## Dataset excerpts
↓
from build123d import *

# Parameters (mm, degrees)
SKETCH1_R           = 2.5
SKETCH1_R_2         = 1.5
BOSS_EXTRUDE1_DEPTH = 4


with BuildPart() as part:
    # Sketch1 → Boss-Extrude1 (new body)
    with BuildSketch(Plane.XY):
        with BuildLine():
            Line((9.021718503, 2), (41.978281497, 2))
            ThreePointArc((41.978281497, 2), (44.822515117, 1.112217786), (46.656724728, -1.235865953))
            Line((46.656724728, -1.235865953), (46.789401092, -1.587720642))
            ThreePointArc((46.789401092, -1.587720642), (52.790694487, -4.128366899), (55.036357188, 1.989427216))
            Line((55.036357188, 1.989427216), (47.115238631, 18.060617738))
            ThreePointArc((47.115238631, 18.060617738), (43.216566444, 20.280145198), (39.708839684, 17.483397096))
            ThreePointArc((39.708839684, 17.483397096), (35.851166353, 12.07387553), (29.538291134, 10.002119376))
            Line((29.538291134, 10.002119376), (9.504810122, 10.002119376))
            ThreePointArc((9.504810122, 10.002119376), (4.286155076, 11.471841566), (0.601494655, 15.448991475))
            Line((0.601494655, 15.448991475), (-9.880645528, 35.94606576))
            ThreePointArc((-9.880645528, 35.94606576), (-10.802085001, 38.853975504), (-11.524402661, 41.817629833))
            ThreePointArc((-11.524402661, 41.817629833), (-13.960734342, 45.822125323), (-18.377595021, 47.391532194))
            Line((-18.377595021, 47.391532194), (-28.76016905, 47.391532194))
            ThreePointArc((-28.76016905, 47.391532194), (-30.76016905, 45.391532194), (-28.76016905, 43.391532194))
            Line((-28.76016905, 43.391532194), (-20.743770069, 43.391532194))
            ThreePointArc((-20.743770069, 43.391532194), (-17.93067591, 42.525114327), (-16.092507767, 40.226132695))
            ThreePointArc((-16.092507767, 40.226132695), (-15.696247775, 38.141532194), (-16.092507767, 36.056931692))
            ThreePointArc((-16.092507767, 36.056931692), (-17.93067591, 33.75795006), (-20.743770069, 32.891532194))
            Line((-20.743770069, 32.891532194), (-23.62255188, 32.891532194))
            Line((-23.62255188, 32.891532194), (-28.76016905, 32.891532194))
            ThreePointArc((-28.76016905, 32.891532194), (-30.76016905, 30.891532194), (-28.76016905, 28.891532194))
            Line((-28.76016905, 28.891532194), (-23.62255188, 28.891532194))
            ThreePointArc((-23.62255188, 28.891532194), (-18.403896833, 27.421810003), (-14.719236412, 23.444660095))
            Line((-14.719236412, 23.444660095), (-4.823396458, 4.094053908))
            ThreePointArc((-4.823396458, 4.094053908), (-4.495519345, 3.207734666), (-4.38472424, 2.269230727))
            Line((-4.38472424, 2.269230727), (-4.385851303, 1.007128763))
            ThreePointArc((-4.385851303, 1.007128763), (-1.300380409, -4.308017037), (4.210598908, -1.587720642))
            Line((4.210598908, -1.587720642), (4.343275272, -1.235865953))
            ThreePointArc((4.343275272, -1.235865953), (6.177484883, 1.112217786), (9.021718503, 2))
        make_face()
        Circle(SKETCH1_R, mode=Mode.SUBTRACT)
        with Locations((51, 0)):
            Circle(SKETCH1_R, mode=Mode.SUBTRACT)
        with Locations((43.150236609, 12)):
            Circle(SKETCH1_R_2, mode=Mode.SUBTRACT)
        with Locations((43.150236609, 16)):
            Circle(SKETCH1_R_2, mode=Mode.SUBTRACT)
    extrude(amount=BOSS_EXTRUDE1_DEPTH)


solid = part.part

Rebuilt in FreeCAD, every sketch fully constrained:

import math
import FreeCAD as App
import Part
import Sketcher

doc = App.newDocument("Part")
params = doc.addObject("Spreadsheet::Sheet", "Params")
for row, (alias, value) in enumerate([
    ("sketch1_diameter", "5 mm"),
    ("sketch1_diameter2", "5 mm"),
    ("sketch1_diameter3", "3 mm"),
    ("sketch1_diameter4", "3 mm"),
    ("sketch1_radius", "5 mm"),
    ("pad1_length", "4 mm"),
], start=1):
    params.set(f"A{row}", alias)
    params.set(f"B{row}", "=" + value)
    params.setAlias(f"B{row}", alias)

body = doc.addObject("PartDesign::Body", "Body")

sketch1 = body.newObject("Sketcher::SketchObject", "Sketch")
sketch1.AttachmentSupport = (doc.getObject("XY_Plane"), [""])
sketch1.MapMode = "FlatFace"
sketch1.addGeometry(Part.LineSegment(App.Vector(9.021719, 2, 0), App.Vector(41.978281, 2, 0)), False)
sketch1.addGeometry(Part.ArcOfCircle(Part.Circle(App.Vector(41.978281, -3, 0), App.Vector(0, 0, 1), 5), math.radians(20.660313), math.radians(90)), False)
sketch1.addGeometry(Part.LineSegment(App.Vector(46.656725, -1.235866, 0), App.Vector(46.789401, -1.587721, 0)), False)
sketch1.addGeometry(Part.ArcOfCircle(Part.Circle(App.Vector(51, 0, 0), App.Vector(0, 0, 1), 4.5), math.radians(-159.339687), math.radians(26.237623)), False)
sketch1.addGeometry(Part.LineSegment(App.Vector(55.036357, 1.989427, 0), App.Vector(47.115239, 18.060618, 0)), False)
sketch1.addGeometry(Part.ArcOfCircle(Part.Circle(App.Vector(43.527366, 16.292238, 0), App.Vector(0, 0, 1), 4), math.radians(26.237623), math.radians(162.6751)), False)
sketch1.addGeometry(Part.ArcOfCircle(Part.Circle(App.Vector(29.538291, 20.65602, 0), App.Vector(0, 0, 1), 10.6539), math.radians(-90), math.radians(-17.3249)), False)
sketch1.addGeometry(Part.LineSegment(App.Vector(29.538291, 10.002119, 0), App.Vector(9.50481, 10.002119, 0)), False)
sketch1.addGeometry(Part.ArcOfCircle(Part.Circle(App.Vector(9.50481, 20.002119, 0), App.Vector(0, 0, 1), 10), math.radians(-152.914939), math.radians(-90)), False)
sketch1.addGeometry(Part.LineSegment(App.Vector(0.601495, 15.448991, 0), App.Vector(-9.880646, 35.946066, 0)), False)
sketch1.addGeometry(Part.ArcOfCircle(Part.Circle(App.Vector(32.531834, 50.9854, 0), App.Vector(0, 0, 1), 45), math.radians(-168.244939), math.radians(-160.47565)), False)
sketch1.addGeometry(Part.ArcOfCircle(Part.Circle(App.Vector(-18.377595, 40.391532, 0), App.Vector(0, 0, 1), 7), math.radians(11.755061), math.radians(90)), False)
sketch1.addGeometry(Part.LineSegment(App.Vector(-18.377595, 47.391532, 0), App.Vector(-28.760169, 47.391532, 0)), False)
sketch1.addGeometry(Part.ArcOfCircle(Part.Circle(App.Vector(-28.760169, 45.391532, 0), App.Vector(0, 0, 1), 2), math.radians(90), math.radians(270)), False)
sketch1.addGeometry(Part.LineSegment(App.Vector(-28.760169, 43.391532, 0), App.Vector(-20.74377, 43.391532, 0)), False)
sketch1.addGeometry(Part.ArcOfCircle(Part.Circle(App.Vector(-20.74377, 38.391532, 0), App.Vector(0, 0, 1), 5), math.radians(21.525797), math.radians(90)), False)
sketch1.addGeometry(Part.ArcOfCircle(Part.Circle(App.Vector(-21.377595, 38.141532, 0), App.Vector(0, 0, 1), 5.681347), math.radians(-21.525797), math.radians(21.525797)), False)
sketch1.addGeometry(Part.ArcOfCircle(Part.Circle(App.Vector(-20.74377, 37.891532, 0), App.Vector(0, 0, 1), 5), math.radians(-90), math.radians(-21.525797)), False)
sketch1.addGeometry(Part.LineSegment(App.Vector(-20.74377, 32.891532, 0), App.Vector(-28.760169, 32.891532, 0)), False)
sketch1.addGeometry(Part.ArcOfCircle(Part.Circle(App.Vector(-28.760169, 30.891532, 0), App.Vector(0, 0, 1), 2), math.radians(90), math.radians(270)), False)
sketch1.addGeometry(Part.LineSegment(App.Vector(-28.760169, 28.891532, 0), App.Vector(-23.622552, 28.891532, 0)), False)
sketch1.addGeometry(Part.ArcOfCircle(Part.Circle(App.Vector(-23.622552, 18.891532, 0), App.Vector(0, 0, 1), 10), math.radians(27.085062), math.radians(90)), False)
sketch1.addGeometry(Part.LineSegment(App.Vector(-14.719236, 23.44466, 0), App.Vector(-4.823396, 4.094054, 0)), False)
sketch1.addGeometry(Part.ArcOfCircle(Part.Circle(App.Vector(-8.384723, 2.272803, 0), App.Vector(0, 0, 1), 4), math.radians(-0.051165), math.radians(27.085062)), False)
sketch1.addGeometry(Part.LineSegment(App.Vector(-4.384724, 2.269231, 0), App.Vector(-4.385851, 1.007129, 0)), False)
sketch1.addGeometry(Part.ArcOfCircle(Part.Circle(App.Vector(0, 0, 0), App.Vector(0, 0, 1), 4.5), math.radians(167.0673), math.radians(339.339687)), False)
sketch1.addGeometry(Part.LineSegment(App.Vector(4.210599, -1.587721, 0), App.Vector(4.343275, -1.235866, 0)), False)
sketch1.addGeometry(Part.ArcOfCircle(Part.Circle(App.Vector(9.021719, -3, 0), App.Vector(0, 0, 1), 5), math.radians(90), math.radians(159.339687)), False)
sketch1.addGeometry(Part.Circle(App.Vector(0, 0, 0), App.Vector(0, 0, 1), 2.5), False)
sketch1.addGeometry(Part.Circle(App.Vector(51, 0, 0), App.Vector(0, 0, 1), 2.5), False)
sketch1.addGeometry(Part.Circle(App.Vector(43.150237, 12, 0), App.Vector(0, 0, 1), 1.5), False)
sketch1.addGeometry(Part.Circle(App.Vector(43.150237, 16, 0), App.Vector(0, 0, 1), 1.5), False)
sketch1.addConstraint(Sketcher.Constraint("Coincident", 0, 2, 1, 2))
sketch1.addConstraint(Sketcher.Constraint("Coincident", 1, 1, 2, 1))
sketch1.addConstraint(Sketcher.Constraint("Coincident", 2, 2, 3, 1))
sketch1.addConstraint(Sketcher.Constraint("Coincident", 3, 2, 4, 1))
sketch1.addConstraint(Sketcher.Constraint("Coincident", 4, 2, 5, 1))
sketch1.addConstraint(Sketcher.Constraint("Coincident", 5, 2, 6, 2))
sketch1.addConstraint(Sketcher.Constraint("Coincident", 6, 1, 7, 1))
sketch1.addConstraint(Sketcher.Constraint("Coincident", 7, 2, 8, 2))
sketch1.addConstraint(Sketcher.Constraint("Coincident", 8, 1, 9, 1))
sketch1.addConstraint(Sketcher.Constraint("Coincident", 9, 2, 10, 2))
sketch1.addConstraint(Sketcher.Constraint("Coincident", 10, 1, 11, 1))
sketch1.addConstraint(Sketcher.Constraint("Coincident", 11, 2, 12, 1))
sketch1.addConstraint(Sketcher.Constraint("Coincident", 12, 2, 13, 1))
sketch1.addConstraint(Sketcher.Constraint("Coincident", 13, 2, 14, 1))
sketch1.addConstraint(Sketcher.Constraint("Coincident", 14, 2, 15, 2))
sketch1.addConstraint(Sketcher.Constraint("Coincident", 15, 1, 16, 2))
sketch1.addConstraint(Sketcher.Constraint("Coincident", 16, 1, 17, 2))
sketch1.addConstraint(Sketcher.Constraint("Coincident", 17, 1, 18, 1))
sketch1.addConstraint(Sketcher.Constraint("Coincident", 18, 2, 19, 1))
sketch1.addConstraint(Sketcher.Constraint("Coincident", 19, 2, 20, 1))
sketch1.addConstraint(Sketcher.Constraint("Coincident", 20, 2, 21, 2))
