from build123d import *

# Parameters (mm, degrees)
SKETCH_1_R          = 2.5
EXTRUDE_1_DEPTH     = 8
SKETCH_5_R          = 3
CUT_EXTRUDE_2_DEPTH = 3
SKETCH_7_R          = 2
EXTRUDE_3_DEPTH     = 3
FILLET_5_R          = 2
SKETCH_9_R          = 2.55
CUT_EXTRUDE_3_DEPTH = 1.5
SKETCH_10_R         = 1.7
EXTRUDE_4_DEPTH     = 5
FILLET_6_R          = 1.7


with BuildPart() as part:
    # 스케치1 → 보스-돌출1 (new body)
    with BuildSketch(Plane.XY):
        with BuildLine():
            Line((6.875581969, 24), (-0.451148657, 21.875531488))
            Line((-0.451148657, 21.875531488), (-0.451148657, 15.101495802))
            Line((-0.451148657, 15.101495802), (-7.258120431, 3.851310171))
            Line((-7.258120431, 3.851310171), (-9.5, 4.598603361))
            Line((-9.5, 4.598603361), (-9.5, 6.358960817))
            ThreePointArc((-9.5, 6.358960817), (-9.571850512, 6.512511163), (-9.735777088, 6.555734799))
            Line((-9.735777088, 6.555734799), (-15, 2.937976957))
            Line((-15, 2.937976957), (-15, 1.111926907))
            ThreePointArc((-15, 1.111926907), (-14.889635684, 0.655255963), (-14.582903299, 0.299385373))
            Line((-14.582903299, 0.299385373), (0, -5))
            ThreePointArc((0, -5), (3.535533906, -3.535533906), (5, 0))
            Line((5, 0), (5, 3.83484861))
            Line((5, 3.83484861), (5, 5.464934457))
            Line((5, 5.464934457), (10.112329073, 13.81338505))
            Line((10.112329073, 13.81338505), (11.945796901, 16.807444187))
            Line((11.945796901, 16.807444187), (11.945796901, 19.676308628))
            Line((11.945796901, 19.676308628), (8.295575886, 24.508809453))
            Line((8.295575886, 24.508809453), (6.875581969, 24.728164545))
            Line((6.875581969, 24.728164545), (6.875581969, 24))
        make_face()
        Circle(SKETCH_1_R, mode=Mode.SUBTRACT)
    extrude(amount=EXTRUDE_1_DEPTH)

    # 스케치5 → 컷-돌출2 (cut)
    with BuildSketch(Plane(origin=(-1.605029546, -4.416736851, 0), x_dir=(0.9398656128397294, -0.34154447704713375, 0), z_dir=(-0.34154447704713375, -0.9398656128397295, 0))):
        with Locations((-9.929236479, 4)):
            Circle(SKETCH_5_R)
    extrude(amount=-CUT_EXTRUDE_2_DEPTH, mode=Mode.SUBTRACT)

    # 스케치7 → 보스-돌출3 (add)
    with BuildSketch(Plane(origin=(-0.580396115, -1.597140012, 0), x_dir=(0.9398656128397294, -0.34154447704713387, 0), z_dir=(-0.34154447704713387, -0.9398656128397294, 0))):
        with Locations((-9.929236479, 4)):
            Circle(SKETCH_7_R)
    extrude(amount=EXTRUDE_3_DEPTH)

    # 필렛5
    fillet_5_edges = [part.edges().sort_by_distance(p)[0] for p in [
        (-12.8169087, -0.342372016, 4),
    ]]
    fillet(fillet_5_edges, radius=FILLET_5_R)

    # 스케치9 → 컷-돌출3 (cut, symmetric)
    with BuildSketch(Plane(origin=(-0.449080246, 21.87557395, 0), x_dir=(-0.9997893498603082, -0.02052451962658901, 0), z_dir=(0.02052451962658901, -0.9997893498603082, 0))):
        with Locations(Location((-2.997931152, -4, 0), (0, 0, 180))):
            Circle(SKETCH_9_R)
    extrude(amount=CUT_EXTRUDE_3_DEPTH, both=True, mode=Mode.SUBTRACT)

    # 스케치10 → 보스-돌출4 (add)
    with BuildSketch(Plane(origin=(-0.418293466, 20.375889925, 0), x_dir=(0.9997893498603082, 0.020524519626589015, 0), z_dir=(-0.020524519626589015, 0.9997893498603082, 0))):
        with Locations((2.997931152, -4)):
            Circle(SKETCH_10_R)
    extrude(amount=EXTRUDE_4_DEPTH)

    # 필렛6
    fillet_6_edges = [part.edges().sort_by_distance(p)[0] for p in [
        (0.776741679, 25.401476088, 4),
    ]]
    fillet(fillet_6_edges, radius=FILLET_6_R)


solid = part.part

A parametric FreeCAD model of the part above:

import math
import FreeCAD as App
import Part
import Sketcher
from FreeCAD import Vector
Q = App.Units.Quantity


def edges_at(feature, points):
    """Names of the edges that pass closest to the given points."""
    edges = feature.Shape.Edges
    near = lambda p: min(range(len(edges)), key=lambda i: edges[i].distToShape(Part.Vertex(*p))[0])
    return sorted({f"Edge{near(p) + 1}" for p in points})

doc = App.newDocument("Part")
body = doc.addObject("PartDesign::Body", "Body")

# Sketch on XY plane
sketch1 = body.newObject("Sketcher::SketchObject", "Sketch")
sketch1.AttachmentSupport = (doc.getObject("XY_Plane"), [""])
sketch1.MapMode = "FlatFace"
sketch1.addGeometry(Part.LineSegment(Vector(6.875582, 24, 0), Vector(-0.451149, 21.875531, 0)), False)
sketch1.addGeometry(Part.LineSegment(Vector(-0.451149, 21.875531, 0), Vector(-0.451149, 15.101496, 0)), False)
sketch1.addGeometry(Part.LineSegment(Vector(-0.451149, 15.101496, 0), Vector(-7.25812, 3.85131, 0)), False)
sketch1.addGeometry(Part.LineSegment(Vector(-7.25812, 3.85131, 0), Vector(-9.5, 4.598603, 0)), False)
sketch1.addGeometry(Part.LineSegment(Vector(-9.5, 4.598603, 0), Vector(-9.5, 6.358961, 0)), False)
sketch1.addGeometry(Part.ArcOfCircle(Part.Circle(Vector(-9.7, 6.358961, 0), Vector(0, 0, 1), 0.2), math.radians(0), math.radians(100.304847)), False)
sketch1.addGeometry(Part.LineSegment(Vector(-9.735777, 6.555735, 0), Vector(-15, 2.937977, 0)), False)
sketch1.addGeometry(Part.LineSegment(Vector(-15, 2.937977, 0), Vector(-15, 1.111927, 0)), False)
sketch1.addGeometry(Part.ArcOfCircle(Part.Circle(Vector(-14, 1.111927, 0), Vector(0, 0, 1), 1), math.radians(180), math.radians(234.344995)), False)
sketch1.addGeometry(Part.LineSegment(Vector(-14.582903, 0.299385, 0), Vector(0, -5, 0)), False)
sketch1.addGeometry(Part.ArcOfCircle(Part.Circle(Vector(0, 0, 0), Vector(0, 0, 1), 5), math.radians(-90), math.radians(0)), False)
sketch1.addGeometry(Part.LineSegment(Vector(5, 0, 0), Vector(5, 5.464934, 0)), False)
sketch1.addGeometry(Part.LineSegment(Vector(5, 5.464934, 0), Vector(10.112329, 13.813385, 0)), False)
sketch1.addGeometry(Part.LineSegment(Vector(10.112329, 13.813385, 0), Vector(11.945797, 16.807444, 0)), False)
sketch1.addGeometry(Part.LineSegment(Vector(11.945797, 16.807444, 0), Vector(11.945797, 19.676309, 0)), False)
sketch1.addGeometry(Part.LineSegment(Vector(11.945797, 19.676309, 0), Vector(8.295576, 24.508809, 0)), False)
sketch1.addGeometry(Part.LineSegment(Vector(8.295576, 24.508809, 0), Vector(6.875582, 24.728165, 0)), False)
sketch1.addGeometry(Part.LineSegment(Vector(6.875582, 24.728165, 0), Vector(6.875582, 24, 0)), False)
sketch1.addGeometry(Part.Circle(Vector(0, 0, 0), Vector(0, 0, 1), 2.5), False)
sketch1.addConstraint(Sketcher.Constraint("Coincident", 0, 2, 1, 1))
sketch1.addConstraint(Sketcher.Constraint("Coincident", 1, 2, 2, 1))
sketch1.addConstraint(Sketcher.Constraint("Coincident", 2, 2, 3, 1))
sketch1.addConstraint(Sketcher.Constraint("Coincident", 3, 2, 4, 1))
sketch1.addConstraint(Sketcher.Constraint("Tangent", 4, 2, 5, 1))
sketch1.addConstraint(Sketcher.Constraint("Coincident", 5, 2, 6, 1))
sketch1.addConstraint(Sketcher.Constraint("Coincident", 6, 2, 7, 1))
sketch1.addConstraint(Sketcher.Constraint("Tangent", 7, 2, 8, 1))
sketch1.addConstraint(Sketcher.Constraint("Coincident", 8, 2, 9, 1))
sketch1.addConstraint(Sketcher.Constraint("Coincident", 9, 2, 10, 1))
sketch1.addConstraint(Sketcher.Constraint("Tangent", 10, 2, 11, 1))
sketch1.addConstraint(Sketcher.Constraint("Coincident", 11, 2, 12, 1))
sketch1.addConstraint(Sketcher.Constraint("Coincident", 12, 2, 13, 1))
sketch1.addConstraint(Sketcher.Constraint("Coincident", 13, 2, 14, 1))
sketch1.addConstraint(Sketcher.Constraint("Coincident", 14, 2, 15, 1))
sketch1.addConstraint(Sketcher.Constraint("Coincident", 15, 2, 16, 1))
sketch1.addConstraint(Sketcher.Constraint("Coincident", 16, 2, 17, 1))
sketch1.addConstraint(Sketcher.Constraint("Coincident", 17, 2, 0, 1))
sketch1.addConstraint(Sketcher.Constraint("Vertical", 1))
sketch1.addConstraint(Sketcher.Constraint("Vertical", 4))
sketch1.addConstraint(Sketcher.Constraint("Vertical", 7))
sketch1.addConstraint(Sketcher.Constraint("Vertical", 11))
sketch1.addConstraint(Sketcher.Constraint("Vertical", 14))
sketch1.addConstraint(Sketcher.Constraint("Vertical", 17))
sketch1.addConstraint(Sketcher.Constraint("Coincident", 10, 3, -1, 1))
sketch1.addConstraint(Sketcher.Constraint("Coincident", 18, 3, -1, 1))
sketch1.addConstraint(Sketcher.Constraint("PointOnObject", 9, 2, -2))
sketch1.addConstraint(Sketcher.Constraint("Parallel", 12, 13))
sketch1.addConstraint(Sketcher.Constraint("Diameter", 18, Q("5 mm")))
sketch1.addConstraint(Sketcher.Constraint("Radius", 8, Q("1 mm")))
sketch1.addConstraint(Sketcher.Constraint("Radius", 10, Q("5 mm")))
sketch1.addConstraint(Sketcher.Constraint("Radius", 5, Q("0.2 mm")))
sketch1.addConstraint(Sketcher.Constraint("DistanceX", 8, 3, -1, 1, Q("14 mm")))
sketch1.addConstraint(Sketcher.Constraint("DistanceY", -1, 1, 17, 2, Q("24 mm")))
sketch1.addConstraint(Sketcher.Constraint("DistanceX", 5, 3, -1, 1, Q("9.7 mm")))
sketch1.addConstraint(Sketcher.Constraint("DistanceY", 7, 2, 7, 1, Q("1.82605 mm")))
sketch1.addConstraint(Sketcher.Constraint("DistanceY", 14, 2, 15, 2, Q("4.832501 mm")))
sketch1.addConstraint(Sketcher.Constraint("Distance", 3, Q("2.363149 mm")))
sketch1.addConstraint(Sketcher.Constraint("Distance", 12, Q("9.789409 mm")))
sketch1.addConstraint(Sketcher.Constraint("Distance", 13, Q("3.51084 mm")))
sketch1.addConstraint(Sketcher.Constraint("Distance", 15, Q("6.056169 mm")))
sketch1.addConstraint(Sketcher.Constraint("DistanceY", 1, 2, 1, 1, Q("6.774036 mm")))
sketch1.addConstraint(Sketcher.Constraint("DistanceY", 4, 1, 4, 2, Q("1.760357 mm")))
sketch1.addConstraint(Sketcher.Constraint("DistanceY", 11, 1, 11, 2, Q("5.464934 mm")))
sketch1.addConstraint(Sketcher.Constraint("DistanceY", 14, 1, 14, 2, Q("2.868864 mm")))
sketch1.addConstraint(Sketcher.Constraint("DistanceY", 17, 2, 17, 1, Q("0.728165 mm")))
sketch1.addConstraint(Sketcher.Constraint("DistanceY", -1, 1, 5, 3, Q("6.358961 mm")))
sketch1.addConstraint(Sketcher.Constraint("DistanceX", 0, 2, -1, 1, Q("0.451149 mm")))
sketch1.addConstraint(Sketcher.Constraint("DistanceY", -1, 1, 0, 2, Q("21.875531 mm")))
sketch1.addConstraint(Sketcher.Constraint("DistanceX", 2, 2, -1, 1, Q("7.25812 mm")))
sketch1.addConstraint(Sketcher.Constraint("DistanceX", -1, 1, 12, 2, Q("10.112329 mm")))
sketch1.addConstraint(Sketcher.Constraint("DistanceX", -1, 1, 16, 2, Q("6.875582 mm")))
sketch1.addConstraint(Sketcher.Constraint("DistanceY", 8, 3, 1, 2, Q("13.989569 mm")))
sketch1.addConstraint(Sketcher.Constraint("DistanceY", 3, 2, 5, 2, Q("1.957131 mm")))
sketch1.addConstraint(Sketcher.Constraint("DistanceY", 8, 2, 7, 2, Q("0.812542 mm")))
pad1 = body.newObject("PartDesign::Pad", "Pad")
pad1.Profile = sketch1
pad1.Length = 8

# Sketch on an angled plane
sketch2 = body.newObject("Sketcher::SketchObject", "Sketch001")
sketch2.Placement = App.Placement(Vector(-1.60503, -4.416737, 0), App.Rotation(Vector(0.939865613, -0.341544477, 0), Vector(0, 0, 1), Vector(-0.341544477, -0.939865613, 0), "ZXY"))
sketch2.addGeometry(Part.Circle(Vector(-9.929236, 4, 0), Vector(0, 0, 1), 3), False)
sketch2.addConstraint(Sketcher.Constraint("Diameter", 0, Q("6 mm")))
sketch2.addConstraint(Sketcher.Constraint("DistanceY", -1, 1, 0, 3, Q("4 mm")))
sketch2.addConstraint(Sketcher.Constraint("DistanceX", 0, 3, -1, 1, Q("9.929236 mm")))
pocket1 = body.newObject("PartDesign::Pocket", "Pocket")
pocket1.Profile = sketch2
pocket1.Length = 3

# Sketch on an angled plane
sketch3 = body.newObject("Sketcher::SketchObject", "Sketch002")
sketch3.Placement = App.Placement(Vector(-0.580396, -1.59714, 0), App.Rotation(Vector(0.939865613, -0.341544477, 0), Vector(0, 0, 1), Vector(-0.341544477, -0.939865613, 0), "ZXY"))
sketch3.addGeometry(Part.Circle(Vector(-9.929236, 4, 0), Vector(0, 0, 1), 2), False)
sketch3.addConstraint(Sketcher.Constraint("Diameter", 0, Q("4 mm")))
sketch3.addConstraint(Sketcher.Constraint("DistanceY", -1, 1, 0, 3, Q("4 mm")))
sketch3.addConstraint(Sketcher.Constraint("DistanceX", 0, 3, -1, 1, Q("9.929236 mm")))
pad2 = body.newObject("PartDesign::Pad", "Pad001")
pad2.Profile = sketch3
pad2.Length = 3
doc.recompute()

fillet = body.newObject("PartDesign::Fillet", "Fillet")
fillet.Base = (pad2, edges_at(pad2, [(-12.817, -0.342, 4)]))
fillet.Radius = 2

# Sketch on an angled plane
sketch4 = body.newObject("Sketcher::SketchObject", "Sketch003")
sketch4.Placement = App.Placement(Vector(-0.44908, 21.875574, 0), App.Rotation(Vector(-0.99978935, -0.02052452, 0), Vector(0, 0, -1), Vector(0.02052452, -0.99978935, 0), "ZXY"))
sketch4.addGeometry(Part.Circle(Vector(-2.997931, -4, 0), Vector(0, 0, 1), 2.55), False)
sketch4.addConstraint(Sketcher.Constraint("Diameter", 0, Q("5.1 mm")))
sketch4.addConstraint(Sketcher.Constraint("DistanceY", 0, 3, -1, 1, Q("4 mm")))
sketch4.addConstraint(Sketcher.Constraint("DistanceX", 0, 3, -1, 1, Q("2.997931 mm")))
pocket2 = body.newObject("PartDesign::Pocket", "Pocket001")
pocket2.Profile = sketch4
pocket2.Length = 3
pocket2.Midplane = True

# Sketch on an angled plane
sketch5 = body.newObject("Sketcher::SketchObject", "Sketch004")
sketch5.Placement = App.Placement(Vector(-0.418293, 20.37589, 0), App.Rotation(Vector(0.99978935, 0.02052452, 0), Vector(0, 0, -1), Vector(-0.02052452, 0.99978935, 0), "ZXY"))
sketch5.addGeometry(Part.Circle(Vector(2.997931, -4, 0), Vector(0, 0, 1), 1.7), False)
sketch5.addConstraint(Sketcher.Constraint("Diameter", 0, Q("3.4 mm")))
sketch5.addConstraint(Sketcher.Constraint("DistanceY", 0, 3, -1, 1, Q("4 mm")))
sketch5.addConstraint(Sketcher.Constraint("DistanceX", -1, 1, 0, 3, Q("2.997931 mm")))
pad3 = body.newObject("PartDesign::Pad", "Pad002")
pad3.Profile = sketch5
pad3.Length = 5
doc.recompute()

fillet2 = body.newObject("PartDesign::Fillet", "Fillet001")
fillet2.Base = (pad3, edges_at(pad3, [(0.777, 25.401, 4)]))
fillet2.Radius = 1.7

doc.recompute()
↑
## Directions for this task
Exactly as they appear, retype the lines from the start of the records through the line containing "20.280145198), (39.708839684, 17.483397096))".

## Worked solution
from build123d import *

# Parameters (mm, degrees)
SKETCH1_R           = 2.5
SKETCH1_R_2         = 1.5
BOSS_EXTRUDE1_DEPTH = 4


with BuildPart() as part:
    # Sketch1 → Boss-Extrude1 (new body)
    with BuildSketch(Plane.XY):
        with BuildLine():
            Line((9.021718503, 2), (41.978281497, 2))
            ThreePointArc((41.978281497, 2), (44.822515117, 1.112217786), (46.656724728, -1.235865953))
            Line((46.656724728, -1.235865953), (46.789401092, -1.587720642))
            ThreePointArc((46.789401092, -1.587720642), (52.790694487, -4.128366899), (55.036357188, 1.989427216))
            Line((55.036357188, 1.989427216), (47.115238631, 18.060617738))
            ThreePointArc((47.115238631, 18.060617738), (43.216566444, 20.280145198), (39.708839684, 17.483397096))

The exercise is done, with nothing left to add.